About this exercise
Beginning with the line below that contains "F1_DEPTH = 127" and ending with the line that contains "-5.4689544648), (665.3121861086, -371.4884857105))", copy every line exactly. Copy nothing else.

Stored data
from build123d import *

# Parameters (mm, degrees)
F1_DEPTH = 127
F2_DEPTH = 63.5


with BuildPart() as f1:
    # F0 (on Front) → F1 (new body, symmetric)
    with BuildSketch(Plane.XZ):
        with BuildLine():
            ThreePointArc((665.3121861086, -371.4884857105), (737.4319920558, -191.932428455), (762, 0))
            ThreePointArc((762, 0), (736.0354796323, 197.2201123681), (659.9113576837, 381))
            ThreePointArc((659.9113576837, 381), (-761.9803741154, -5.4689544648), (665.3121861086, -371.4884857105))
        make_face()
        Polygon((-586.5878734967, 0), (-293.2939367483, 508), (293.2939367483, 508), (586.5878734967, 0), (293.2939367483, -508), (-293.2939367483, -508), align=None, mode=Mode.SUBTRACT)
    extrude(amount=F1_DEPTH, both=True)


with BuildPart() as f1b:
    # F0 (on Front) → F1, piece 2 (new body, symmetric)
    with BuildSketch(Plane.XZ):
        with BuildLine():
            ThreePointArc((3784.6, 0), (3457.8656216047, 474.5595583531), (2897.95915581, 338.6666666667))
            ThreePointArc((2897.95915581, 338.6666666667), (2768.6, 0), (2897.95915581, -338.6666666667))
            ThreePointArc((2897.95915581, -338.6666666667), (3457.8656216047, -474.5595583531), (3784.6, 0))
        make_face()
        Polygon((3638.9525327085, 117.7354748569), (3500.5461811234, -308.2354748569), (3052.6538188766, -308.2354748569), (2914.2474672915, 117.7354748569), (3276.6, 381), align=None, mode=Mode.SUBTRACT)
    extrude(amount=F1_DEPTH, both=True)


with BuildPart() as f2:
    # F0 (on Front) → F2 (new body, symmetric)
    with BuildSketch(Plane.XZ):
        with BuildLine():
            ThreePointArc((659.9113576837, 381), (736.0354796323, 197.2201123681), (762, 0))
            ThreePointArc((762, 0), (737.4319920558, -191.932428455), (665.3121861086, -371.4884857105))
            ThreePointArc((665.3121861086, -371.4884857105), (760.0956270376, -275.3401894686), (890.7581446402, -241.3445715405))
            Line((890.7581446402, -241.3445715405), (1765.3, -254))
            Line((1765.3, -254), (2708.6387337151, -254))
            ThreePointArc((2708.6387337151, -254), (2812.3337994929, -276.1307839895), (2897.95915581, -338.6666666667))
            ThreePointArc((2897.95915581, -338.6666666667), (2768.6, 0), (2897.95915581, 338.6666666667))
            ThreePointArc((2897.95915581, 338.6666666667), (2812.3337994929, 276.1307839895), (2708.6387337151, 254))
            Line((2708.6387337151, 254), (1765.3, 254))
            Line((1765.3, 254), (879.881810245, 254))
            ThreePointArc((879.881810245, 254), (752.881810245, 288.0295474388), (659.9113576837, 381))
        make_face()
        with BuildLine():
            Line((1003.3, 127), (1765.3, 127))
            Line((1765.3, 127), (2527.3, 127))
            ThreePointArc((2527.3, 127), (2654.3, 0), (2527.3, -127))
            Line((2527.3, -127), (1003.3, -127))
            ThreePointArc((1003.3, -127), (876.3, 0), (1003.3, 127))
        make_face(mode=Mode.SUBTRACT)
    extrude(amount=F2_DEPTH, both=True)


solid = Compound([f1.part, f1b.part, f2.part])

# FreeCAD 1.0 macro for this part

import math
import FreeCAD as App
import Part
import Sketcher

V = App.Vector
Q = App.Units.Quantity


def add_polygon(sketch, points):
    """Adds a closed chain of lines whose ends are joined by coincident constraints."""
    first, n = sketch.GeometryCount, len(points)
    for a, b in zip(points, points[1:] + points[:1]):
        sketch.addGeometry(Part.LineSegment(App.Vector(*a, 0), App.Vector(*b, 0)), False)
    for i in range(n):
        sketch.addConstraint(Sketcher.Constraint("Coincident", first + i, 2, first + (i + 1) % n, 1))

doc = App.newDocument("Part")
body = doc.addObject("PartDesign::Body", "Body")

# Sketch on XZ plane
sketch1 = body.newObject("Sketcher::SketchObject", "Sketch")
sketch1.AttachmentSupport = (doc.getObject("XZ_Plane"), [""])
sketch1.MapMode = "FlatFace"
sketch1.addGeometry(Part.Circle(V(0, 0, 0), V(0, 0, 1), 762), False)  # 0
add_polygon(sketch1, [(-293, -508), (-587, 0), (-293, 508), (293, 508), (587, 0), (293, -508)])  # lines 1-6
sketch1.addConstraint(Sketcher.Constraint("Horizontal", 3))
sketch1.addConstraint(Sketcher.Constraint("Horizontal", 6))
sketch1.addConstraint(Sketcher.Constraint("Coincident", 0, 3, -1, 1))
sketch1.addConstraint(Sketcher.Constraint("Symmetric", 1, 2, 4, 2, -1, 1))
sketch1.addConstraint(Sketcher.Constraint("Symmetric", 2, 2, 5, 2, -1, 1))
sketch1.addConstraint(Sketcher.Constraint("PointOnObject", 1, 2, -1))
sketch1.addConstraint(Sketcher.Constraint("Parallel", 1, 4))
sketch1.addConstraint(Sketcher.Constraint("Vertical", 3, 2, 5, 2))
sketch1.addConstraint(Sketcher.Constraint("Diameter", 0, Q("60 in")))
sketch1.addConstraint(Sketcher.Constraint("DistanceY", -1, 1, 2, 2, Q("20 in")))
sketch1.addConstraint(Sketcher.Constraint("Angle", 1, Q("120 deg")))
sketch1.addConstraint(Sketcher.Constraint("DistanceX", 3, 1, 3, 2, Q("586.587873 mm")))
pad1 = body.newObject("PartDesign::Pad", "Pad")
pad1.Profile = sketch1
pad1.Length = Q("10 in")
pad1.Midplane = True
body2 = doc.addObject("PartDesign::Body", "Body001")

# Sketch on XZ plane
sketch2 = body2.newObject("Sketcher::SketchObject", "Sketch001")
sketch2.AttachmentSupport = (doc.getObject("XZ_Plane001"), [""])
sketch2.MapMode = "FlatFace"
sketch2.addGeometry(Part.Circle(V(3277, 0, 0), V(0, 0, 1), 508), False)  # 0
add_polygon(sketch2, [(3277, 381), (3639, 118), (3501, -308), (3053, -308), (2914, 118)])  # lines 1-5
sketch2.addConstraint(Sketcher.Constraint("Horizontal", 3))
sketch2.addConstraint(Sketcher.Constraint("PointOnObject", 0, 3, -1))
sketch2.addConstraint(Sketcher.Constraint("Horizontal", 1, 2, 4, 2))
sketch2.addConstraint(Sketcher.Constraint("Vertical", 0, 3, 5, 2))
sketch2.addConstraint(Sketcher.Constraint("Equal", 1, 2))
sketch2.addConstraint(Sketcher.Constraint("Equal", 2, 4))
sketch2.addConstraint(Sketcher.Constraint("Equal", 4, 5))
sketch2.addConstraint(Sketcher.Constraint("Diameter", 0, Q("40 in")))
sketch2.addConstraint(Sketcher.Constraint("DistanceX", -1, 1, 0, 3, Q("129 in")))
sketch2.addConstraint(Sketcher.Constraint("DistanceY", -1, 1, 5, 2, Q("15 in")))
sketch2.addConstraint(Sketcher.Constraint("Angle", 1, Q("-36 deg")))
sketch2.addConstraint(Sketcher.Constraint("Angle", 2, Q("-108 deg")))
sketch2.addConstraint(Sketcher.Constraint("DistanceX", 3, 2, 3, 1, Q("447.892362 mm")))
pad2 = body2.newObject("PartDesign::Pad", "Pad001")
pad2.Profile = sketch2
pad2.Length = Q("10 in")
pad2.Midplane = True
body3 = doc.addObject("PartDesign::Body", "Body002")

# Sketch on XZ plane
sketch3 = body3.newObject("Sketcher::SketchObject", "Sketch002")
sketch3.AttachmentSupport = (doc.getObject("XZ_Plane002"), [""])
sketch3.MapMode = "FlatFace"
sketch3.addGeometry(Part.ArcOfCircle(Part.Circle(V(0, 0, 0), V(0, 0, 1), 762), math.radians(-29), math.radians(30)), False)
sketch3.addGeometry(Part.ArcOfCircle(Part.Circle(V(887, -495, 0), V(0, 0, 1), 254), math.radians(89), math.radians(151)), False)
sketch3.addGeometry(Part.LineSegment(V(891, -241, 0), V(1765, -254, 0)), False)
sketch3.addGeometry(Part.LineSegment(V(1765, -254, 0), V(2709, -254, 0)), False)
sketch3.addGeometry(Part.ArcOfCircle(Part.Circle(V(2709, -508, 0), V(0, 0, 1), 254), math.radians(42), math.radians(90)), False)
sketch3.addGeometry(Part.ArcOfCircle(Part.Circle(V(3277, 0, 0), V(0, 0, 1), 508), math.radians(138), math.radians(222)), False)
sketch3.addGeometry(Part.ArcOfCircle(Part.Circle(V(2709, 508, 0), V(0, 0, 1), 254), math.radians(-90), math.radians(-42)), False)
sketch3.addGeometry(Part.LineSegment(V(2709, 254, 0), V(880, 254, 0)), False)
sketch3.addGeometry(Part.ArcOfCircle(Part.Circle(V(880, 508, 0), V(0, 0, 1), 254), math.radians(-150), math.radians(-90)), False)
sketch3.addGeometry(Part.ArcOfCircle(Part.Circle(V(1003, 0, 0), V(0, 0, 1), 127), math.radians(90), math.radians(270)), False)
sketch3.addGeometry(Part.LineSegment(V(1003, 127, 0), V(2527, 127, 0)), False)
sketch3.addGeometry(Part.ArcOfCircle(Part.Circle(V(2527, 0, 0), V(0, 0, 1), 127), math.radians(-90), math.radians(90)), False)
sketch3.addGeometry(Part.LineSegment(V(2527, -127, 0), V(1003, -127, 0)), False)
sketch3.addConstraint(Sketcher.Constraint("Tangent", 0, 1, 1, 2))
sketch3.addConstraint(Sketcher.Constraint("Tangent", 1, 1, 2, 1))
sketch3.addConstraint(Sketcher.Constraint("Coincident", 2, 2, 3, 1))
sketch3.addConstraint(Sketcher.Constraint("Tangent", 3, 2, 4, 2))
sketch3.addConstraint(Sketcher.Constraint("Tangent", 4, 1, 5, 2))
sketch3.addConstraint(Sketcher.Constraint("Tangent", 5, 1, 6, 2))
sketch3.addConstraint(Sketcher.Constraint("Tangent", 6, 1, 7, 1))
sketch3.addConstraint(Sketcher.Constraint("Tangent", 7, 2, 8, 2))
sketch3.addConstraint(Sketcher.Constraint("Tangent", 8, 1, 0, 2))
sketch3.addConstraint(Sketcher.Constraint("Tangent", 9, 1, 10, 1))
sketch3.addConstraint(Sketcher.Constraint("Tangent", 10, 2, 11, 2))
sketch3.addConstraint(Sketcher.Constraint("Tangent", 11, 1, 12, 1))
sketch3.addConstraint(Sketcher.Constraint("Tangent", 12, 2, 9, 2))
sketch3.addConstraint(Sketcher.Constraint("Horizontal", 3))
sketch3.addConstraint(Sketcher.Constraint("Horizontal", 7))
sketch3.addConstraint(Sketcher.Constraint("Horizontal", 10))
sketch3.addConstraint(Sketcher.Constraint("Horizontal", 12))
sketch3.addConstraint(Sketcher.Constraint("Coincident", 0, 3, -1, 1))
sketch3.addConstraint(Sketcher.Constraint("Equal", 1, 4))
sketch3.addConstraint(Sketcher.Constraint("Equal", 4, 6))
sketch3.addConstraint(Sketcher.Constraint("Equal", 6, 8))
sketch3.addConstraint(Sketcher.Constraint("Symmetric", 4, 3, 6, 3, -1))
sketch3.addConstraint(Sketcher.Constraint("PointOnObject", 9, 3, -1))
sketch3.addConstraint(Sketcher.Constraint("Radius", 0, Q("30 in")))
sketch3.addConstraint(Sketcher.Constraint("Radius", 1, Q("10 in")))
sketch3.addConstraint(Sketcher.Constraint("Radius", 5, Q("20 in")))
sketch3.addConstraint(Sketcher.Constraint("Radius", 9, Q("5 in")))
sketch3.addConstraint(Sketcher.Constraint("DistanceX", 10, 1, 10, 2, Q("60 in")))
sketch3.addConstraint(Sketcher.Constraint("DistanceY", 4, 3, -1, 1, Q("20 in")))
sketch3.addConstraint(Sketcher.Constraint("DistanceX", -1, 1, 5, 3, Q("129 in")))
sketch3.addConstraint(Sketcher.Constraint("DistanceX", 9, 3, 2, 2, Q("30 in")))
sketch3.addConstraint(Sketcher.Constraint("DistanceX", -1, 1, 9, 3, Q("39.5 in")))
sketch3.addConstraint(Sketcher.Constraint("Distance", 2, Q("874.633418 mm")))
pad3 = body3.newObject("PartDesign::Pad", "Pad002")
pad3.Profile = sketch3
pad3.Length = Q("5 in")
pad3.Midplane = True

doc.recompute()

Solved problem
F1_DEPTH = 127
F2_DEPTH = 63.5


with BuildPart() as f1:
    # F0 (on Front) → F1 (new body, symmetric)
    with BuildSketch(Plane.XZ):
        with BuildLine():
            ThreePointArc((665.3121861086, -371.4884857105), (737.4319920558, -191.932428455), (762, 0))
            ThreePointArc((762, 0), (736.0354796323, 197.2201123681), (659.9113576837, 381))
            ThreePointArc((659.9113576837, 381), (-761.9803741154, -5.4689544648), (665.3121861086, -371.4884857105))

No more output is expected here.